Conservative evangelicalism has been an essential part of American politics going back much further than 1980. International Christian Leadership was the Christian Coalition of its day, less visible mainly because its aesthetic was establishmentarian. By contrast, Robertson and his peers, following the example of Reagan, emphasized the populist aesthetic of their tradition—even as they encouraged their followers to cling ever more fiercely to the corporate economics that had once been more of a concern of the men who paid for revivals than for the men and women who attended them.

What did change with the rise of the Christian Right was its emphasis on the politics of the body. Not so much actual bodies as imagined ones: particularly those destroyed by what some evangelicals came to call the “holocaust” of abortion. Towards the end of The Evangelicals, FitzGerald pays special attention to the case of Terri Schiavo, whose brain-dead body became a cause célèbre for evangelicals in the 2000s. The why of this turn toward the body—beyond the past interventions of fundamentalist intellectuals like Francis Schaeffer and Chuck Colson—remains an important question in evangelical history. FitzGerald would certainly be excused for failing to come to any strong conclusions. But she explores neither the significance of Schiavo’s fate in the lives of believers, nor the ways in which, for evangelical leaders, it was as much a stylistic change as a substantive one, a substitution of one jeremiad of cultural collapse for another.

Before its current obsession with the body, as FitzGerald observes, evangelicalism expressed itself politically through extreme and often paranoid anti-communism.

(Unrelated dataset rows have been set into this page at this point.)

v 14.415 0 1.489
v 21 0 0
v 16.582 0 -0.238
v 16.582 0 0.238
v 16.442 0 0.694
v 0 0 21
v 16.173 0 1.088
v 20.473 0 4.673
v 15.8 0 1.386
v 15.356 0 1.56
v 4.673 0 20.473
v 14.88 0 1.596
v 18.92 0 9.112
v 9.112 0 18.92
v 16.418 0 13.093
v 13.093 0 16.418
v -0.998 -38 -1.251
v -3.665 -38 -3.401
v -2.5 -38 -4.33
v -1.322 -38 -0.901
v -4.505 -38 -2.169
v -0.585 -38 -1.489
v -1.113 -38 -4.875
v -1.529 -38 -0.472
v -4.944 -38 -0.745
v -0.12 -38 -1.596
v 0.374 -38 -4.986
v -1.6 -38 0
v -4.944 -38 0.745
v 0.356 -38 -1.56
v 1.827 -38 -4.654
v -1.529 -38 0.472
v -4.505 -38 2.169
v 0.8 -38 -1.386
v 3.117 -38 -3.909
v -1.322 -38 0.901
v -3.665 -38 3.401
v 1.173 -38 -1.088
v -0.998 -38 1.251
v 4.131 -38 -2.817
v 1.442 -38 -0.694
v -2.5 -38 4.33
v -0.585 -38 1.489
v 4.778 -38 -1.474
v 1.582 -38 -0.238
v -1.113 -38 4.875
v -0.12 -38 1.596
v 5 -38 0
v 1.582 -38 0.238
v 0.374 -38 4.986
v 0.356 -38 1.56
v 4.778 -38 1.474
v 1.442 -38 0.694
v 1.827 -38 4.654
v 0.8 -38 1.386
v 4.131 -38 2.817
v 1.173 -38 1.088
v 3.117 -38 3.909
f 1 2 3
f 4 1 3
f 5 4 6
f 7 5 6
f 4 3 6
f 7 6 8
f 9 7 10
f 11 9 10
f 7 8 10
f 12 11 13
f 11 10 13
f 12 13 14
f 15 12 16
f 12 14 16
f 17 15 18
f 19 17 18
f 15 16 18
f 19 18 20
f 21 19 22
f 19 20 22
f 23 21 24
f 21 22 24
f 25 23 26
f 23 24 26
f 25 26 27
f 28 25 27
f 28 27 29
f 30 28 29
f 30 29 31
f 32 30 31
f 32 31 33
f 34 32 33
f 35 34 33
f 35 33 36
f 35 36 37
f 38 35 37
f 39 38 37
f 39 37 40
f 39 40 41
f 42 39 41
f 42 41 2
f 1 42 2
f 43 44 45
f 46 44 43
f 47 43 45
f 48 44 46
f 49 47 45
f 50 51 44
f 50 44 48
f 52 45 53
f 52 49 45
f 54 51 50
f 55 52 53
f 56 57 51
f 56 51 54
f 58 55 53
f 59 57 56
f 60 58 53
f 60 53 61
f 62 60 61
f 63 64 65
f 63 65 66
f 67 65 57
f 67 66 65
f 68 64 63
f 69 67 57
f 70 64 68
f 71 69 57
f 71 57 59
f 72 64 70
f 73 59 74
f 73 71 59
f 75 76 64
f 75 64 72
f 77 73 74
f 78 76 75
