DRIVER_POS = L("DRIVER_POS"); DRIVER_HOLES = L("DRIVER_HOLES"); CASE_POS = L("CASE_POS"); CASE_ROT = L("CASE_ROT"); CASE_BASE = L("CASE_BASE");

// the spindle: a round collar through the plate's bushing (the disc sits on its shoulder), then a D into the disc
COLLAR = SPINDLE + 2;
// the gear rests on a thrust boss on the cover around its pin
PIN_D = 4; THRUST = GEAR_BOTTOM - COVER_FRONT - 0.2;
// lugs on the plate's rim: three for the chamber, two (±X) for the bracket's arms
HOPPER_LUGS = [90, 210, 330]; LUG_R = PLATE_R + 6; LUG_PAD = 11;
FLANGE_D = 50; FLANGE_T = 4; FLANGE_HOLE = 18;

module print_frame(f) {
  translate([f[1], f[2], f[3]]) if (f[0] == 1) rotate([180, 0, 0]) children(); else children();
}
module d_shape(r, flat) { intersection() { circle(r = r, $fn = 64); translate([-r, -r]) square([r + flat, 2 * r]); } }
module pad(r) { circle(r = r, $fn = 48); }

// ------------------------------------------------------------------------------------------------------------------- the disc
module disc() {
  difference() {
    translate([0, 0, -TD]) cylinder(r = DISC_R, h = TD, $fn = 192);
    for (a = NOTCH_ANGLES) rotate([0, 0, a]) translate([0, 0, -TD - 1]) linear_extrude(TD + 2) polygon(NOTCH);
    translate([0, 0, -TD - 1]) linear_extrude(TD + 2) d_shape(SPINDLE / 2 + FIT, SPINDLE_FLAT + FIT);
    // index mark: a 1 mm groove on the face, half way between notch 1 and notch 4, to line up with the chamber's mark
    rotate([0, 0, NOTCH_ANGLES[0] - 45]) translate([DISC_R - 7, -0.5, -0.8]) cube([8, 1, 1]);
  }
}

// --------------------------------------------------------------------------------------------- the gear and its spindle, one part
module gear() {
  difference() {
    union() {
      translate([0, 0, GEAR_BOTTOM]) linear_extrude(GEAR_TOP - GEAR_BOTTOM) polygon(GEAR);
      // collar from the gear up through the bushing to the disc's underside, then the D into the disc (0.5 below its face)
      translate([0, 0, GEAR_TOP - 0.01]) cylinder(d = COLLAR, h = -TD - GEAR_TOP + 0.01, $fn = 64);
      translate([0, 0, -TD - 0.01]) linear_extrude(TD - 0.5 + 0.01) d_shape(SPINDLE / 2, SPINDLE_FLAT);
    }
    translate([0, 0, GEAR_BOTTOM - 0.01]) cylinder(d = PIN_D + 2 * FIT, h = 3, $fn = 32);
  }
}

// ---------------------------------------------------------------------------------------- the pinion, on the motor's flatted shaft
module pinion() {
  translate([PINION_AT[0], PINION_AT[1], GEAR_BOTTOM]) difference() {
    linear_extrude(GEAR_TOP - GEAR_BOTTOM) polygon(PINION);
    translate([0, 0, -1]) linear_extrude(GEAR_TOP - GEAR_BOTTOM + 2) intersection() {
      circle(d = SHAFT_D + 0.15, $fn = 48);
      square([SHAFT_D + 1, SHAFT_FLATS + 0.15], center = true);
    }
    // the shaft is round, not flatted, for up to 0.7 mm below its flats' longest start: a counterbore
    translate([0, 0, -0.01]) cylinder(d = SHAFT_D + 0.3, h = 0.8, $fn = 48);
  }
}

My favorite example is the 1958 horror film The Blob, which told of a carnivorous mass of red Jello. Conceived at the Presidential Prayer Breakfast in 1957 by Shorty Yeaworth, an evangelical filmmaker, the movie was widely viewed as either pure kitsch or an anti-communist metaphor free of religious overtones. American evangelicalism before the 1980s was no less political in its theology; its theology just happened to align with the anti-communist beliefs of the secular sphere.

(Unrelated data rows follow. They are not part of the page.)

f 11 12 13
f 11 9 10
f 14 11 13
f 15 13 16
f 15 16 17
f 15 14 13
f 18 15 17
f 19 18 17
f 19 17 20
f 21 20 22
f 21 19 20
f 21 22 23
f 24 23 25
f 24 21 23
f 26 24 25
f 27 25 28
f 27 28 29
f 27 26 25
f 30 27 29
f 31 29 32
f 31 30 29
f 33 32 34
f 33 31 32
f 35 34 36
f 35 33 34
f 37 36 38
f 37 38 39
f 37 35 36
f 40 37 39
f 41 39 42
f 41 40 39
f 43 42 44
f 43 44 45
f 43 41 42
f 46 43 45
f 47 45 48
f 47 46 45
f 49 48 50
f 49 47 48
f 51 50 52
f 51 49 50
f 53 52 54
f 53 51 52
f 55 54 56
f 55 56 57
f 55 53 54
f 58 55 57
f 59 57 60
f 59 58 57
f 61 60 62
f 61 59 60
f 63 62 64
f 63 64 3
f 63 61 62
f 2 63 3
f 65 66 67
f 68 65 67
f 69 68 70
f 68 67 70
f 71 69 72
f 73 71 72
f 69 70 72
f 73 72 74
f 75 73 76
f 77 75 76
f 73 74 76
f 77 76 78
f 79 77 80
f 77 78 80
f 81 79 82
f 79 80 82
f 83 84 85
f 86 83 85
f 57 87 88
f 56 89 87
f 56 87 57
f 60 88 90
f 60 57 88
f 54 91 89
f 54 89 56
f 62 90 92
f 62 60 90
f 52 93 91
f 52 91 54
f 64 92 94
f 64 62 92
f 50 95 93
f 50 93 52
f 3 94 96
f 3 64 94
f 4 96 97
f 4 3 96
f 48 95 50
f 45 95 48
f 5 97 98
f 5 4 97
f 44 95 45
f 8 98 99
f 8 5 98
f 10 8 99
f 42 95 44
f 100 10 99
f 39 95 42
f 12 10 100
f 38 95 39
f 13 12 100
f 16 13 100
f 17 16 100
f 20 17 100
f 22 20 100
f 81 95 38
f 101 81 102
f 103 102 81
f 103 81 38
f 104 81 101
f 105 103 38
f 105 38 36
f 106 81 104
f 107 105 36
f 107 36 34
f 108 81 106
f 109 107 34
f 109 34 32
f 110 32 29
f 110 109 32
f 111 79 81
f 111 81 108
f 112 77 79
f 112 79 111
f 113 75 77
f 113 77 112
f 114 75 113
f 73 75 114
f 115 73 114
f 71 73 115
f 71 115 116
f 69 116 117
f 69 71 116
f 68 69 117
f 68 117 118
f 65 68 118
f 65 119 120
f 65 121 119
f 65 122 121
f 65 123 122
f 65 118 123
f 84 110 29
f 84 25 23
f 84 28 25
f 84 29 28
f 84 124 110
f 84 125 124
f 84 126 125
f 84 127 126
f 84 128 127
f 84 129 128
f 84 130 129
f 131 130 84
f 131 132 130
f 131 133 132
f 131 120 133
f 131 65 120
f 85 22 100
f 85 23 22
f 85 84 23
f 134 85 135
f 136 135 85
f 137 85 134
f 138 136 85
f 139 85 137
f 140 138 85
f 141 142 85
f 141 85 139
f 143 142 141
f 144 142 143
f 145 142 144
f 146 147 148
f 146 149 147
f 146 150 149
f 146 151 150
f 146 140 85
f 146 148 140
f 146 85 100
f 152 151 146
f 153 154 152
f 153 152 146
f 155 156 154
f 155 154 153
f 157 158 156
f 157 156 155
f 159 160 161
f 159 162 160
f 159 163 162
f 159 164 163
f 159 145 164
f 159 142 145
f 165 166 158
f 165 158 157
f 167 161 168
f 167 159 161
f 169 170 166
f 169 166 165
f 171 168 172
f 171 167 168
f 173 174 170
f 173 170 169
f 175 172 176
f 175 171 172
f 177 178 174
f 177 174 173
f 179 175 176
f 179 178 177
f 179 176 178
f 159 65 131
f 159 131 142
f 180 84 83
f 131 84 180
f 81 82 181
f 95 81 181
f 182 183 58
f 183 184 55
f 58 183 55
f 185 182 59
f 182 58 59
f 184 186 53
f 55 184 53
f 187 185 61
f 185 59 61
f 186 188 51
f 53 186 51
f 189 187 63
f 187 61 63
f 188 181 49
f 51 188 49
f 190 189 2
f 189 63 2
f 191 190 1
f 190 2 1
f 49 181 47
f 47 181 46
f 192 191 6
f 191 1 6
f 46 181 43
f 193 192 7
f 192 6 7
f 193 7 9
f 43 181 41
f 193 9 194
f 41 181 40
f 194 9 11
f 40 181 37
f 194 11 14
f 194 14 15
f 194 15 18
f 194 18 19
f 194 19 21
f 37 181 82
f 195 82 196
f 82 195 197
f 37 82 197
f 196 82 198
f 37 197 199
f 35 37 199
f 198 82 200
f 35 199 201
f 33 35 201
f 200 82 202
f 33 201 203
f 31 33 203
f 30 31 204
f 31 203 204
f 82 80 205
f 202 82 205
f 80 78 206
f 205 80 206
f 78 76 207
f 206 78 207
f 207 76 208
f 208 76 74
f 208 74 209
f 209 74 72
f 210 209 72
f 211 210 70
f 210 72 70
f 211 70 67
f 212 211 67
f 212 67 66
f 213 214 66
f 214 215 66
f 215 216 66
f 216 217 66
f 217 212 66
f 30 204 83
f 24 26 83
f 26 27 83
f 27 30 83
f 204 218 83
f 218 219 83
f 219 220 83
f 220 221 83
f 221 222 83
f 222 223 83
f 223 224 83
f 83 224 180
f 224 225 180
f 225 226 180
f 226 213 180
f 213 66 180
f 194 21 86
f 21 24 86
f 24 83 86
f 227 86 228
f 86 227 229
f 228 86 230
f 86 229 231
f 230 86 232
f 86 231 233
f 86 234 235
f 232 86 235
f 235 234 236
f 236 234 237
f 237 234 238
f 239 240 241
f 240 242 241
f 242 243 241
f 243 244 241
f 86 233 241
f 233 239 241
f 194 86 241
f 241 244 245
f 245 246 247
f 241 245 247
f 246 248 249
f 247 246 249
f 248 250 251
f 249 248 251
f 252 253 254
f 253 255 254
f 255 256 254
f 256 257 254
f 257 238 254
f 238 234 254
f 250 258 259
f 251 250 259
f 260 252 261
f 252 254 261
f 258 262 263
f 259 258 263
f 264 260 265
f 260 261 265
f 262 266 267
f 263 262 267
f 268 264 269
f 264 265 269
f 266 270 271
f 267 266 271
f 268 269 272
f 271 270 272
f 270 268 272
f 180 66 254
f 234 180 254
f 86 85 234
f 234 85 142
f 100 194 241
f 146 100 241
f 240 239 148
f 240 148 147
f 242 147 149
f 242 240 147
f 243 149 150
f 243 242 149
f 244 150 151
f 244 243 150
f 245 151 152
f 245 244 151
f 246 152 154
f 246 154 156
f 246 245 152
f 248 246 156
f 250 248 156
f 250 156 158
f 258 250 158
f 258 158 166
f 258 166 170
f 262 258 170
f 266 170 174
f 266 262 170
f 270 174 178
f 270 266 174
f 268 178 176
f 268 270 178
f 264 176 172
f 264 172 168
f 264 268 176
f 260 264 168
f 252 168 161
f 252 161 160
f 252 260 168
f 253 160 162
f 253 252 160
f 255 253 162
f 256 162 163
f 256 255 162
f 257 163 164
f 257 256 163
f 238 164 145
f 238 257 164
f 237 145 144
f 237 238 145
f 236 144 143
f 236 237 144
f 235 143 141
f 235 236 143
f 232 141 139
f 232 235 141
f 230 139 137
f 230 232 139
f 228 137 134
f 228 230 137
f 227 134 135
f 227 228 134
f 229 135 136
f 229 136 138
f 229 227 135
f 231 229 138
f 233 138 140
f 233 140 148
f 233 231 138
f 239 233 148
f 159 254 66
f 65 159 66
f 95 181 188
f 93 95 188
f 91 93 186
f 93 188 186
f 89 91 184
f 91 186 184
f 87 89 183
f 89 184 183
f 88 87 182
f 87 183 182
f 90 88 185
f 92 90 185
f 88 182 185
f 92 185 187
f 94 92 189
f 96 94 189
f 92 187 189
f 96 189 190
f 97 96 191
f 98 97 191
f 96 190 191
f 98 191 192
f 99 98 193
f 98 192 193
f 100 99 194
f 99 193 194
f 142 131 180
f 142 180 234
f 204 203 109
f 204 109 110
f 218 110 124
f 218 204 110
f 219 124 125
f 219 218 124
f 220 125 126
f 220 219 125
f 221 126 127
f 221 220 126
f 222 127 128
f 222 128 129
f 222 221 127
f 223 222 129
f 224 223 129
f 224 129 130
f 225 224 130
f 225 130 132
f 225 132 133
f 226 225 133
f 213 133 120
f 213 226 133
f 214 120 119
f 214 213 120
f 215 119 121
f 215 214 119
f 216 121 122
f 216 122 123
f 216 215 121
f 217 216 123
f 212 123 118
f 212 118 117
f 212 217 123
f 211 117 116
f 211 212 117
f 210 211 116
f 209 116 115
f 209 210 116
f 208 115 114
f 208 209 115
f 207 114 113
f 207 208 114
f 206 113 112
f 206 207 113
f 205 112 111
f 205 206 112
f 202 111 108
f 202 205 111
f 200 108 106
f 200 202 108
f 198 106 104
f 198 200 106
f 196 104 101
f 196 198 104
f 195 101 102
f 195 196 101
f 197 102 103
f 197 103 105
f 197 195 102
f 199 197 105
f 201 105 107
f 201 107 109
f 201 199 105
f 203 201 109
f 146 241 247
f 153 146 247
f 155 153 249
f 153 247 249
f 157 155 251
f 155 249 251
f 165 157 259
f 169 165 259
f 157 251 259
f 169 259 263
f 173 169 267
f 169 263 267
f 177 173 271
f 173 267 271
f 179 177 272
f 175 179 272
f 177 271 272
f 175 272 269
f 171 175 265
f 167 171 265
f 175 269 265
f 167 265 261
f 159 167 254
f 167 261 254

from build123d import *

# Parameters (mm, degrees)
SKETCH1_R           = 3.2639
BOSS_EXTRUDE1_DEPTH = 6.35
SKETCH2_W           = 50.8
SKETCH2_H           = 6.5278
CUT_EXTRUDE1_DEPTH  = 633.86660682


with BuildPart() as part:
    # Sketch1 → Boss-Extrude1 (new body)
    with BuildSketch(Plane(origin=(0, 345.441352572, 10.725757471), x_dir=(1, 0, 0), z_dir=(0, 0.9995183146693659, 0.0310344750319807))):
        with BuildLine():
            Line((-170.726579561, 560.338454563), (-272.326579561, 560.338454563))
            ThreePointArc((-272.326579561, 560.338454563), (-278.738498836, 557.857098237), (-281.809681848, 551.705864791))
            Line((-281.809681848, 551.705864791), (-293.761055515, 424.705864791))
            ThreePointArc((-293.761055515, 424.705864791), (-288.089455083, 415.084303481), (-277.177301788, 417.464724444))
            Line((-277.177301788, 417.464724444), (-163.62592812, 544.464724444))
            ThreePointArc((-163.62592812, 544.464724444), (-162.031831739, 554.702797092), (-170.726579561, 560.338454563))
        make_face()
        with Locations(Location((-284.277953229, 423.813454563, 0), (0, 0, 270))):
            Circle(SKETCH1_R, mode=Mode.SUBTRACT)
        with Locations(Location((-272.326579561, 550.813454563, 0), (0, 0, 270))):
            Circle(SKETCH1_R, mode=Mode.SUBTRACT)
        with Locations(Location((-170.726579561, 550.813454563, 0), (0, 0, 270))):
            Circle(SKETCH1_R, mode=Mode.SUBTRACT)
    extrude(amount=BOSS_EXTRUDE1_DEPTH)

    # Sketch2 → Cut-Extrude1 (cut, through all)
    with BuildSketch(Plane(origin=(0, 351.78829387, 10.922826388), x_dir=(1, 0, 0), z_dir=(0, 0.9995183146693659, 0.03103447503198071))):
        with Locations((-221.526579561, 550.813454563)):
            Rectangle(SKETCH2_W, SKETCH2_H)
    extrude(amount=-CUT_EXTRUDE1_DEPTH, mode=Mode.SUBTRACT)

Today, the political expression of evangelicalism seems strongest in its opposition to Islam. In this sense, it may be aligning, once again, with widely held secular anxieties. During last year’s campaign, evangelical elites confidently assured FitzGerald and other journalists that evangelicals would not back Trump, even as the rank and file roared its support for him at his huge rallies, many of which opened with sermons. Millions voted for Trump because, like Mike Pompeo, Trump’s pick to head the CIA, they see Islam not as a world religion but as America’s enemy number one—a threat “not just in places like Libya and Syria and Iraq,” as Pompeo has said, “but in places like Coldwater, Kansas, and small towns throughout America.” Evangelicals also voted for Trump because of what religion scholar Jason Bivins calls the “politics of horror in conservative evangelicalism”—a theological strain that predisposed them to support a candidate who could portray the current low ebb in the national crime rate as nothing short of “American carnage.” Others gravitated to Trump because, after half a century of the prosperity gospel, they saw his gold-crusted campaign as evidence of God’s blessing.

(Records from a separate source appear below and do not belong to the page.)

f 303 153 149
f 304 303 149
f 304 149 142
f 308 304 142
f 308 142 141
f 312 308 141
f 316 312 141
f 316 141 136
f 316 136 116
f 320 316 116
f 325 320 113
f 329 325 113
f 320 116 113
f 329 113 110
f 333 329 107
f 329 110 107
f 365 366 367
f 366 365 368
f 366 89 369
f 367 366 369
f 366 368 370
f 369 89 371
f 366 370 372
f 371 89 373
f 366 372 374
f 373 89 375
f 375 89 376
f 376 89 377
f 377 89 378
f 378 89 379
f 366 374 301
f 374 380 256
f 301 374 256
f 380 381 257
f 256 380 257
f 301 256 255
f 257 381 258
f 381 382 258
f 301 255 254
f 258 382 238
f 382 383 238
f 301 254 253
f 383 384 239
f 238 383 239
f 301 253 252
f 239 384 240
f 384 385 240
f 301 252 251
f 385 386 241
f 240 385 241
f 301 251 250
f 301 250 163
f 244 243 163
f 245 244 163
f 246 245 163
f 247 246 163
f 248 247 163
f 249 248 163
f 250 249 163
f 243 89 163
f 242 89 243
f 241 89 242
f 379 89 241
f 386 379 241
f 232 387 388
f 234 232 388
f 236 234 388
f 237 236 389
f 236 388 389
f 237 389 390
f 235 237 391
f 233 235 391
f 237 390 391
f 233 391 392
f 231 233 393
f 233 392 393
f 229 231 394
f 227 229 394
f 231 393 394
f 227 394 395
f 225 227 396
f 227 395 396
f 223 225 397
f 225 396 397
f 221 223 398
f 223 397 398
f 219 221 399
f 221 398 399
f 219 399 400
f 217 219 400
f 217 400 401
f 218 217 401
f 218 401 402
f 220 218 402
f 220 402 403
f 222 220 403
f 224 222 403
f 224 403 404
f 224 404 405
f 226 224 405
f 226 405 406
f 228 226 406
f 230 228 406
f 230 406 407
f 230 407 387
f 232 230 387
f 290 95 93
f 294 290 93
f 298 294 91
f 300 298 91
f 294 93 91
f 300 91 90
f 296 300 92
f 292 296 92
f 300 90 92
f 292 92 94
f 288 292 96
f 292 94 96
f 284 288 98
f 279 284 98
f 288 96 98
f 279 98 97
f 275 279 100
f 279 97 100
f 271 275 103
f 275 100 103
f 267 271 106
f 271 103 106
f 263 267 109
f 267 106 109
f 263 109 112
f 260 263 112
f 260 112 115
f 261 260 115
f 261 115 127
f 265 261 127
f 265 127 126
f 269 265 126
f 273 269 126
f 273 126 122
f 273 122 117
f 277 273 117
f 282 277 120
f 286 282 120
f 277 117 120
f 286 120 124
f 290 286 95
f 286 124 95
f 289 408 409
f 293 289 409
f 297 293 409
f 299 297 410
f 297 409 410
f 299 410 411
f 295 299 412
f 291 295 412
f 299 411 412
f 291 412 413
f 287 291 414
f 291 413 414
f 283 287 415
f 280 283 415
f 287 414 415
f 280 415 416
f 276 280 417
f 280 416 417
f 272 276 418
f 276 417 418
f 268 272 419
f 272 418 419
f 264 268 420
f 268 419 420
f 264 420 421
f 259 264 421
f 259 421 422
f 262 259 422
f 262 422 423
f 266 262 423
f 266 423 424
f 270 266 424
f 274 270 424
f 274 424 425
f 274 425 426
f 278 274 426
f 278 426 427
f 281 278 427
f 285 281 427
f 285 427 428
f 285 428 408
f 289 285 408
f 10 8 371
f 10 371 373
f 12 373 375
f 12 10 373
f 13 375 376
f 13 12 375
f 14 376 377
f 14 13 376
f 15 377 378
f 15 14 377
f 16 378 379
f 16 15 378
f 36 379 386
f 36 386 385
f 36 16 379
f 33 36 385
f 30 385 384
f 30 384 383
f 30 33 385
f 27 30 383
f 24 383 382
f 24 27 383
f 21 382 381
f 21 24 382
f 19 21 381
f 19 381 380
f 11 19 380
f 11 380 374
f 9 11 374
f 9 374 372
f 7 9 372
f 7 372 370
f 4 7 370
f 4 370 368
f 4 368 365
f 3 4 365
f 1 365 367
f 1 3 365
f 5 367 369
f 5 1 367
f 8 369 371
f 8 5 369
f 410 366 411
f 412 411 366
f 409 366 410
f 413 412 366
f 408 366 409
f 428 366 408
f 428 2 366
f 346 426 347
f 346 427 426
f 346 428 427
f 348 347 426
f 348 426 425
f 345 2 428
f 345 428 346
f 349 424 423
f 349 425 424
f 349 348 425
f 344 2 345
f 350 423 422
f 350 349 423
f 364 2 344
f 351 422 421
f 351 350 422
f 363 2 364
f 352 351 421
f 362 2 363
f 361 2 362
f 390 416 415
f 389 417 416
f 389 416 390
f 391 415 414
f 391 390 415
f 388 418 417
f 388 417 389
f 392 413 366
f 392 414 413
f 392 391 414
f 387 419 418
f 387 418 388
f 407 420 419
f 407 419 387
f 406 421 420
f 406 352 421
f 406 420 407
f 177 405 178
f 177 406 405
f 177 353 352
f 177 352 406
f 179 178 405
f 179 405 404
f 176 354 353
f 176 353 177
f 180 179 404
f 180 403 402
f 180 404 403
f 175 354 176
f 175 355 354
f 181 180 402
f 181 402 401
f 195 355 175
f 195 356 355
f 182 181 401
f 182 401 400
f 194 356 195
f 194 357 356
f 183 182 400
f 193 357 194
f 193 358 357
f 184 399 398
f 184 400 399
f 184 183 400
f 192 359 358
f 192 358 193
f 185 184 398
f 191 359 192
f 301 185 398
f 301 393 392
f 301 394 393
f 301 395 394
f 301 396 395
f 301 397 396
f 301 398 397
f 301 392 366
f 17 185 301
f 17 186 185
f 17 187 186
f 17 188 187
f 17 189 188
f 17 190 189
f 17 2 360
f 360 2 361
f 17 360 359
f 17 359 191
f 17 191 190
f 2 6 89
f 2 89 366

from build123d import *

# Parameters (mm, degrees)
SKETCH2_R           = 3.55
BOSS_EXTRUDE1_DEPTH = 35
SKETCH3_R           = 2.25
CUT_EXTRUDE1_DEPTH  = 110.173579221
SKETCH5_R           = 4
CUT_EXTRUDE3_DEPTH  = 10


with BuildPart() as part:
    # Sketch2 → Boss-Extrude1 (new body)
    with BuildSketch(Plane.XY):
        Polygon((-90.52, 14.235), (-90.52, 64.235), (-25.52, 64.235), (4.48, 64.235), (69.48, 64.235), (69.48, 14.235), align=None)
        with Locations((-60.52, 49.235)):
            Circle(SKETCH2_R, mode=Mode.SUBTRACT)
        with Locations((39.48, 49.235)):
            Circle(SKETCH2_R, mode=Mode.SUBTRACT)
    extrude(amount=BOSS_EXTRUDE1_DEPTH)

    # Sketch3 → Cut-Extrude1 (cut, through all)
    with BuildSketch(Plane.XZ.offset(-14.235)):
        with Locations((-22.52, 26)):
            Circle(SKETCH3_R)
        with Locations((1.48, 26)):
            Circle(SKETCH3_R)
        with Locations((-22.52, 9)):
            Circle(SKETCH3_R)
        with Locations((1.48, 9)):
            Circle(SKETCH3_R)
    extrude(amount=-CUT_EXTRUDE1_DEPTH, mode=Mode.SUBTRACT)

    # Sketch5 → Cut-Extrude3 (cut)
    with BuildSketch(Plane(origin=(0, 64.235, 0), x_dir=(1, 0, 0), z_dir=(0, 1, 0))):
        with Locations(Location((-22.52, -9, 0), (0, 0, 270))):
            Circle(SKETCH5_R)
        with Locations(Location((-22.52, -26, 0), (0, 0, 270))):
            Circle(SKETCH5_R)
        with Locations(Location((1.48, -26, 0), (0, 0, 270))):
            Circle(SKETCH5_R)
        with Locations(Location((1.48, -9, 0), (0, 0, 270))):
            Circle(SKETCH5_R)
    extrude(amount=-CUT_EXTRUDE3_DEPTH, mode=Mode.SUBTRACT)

Such is the complexity of evangelicalism in the pews—a spiritual tradition deeply intertwined with American ambitions and American fears. If FitzGerald misses the deeper historical undercurrents of evangelicalism, it is in no small part because the leaders she focuses on—the white men in the pulpit—are equally blind to the lives and beliefs of those who worship in their churches. The preachers of religious conservatism would be wise to remember their own sermons. We are, as evangelical leaders are fond of observing, a revival nation. Which is another way of saying that in America no politics—or maybe just no theology—ever truly dies.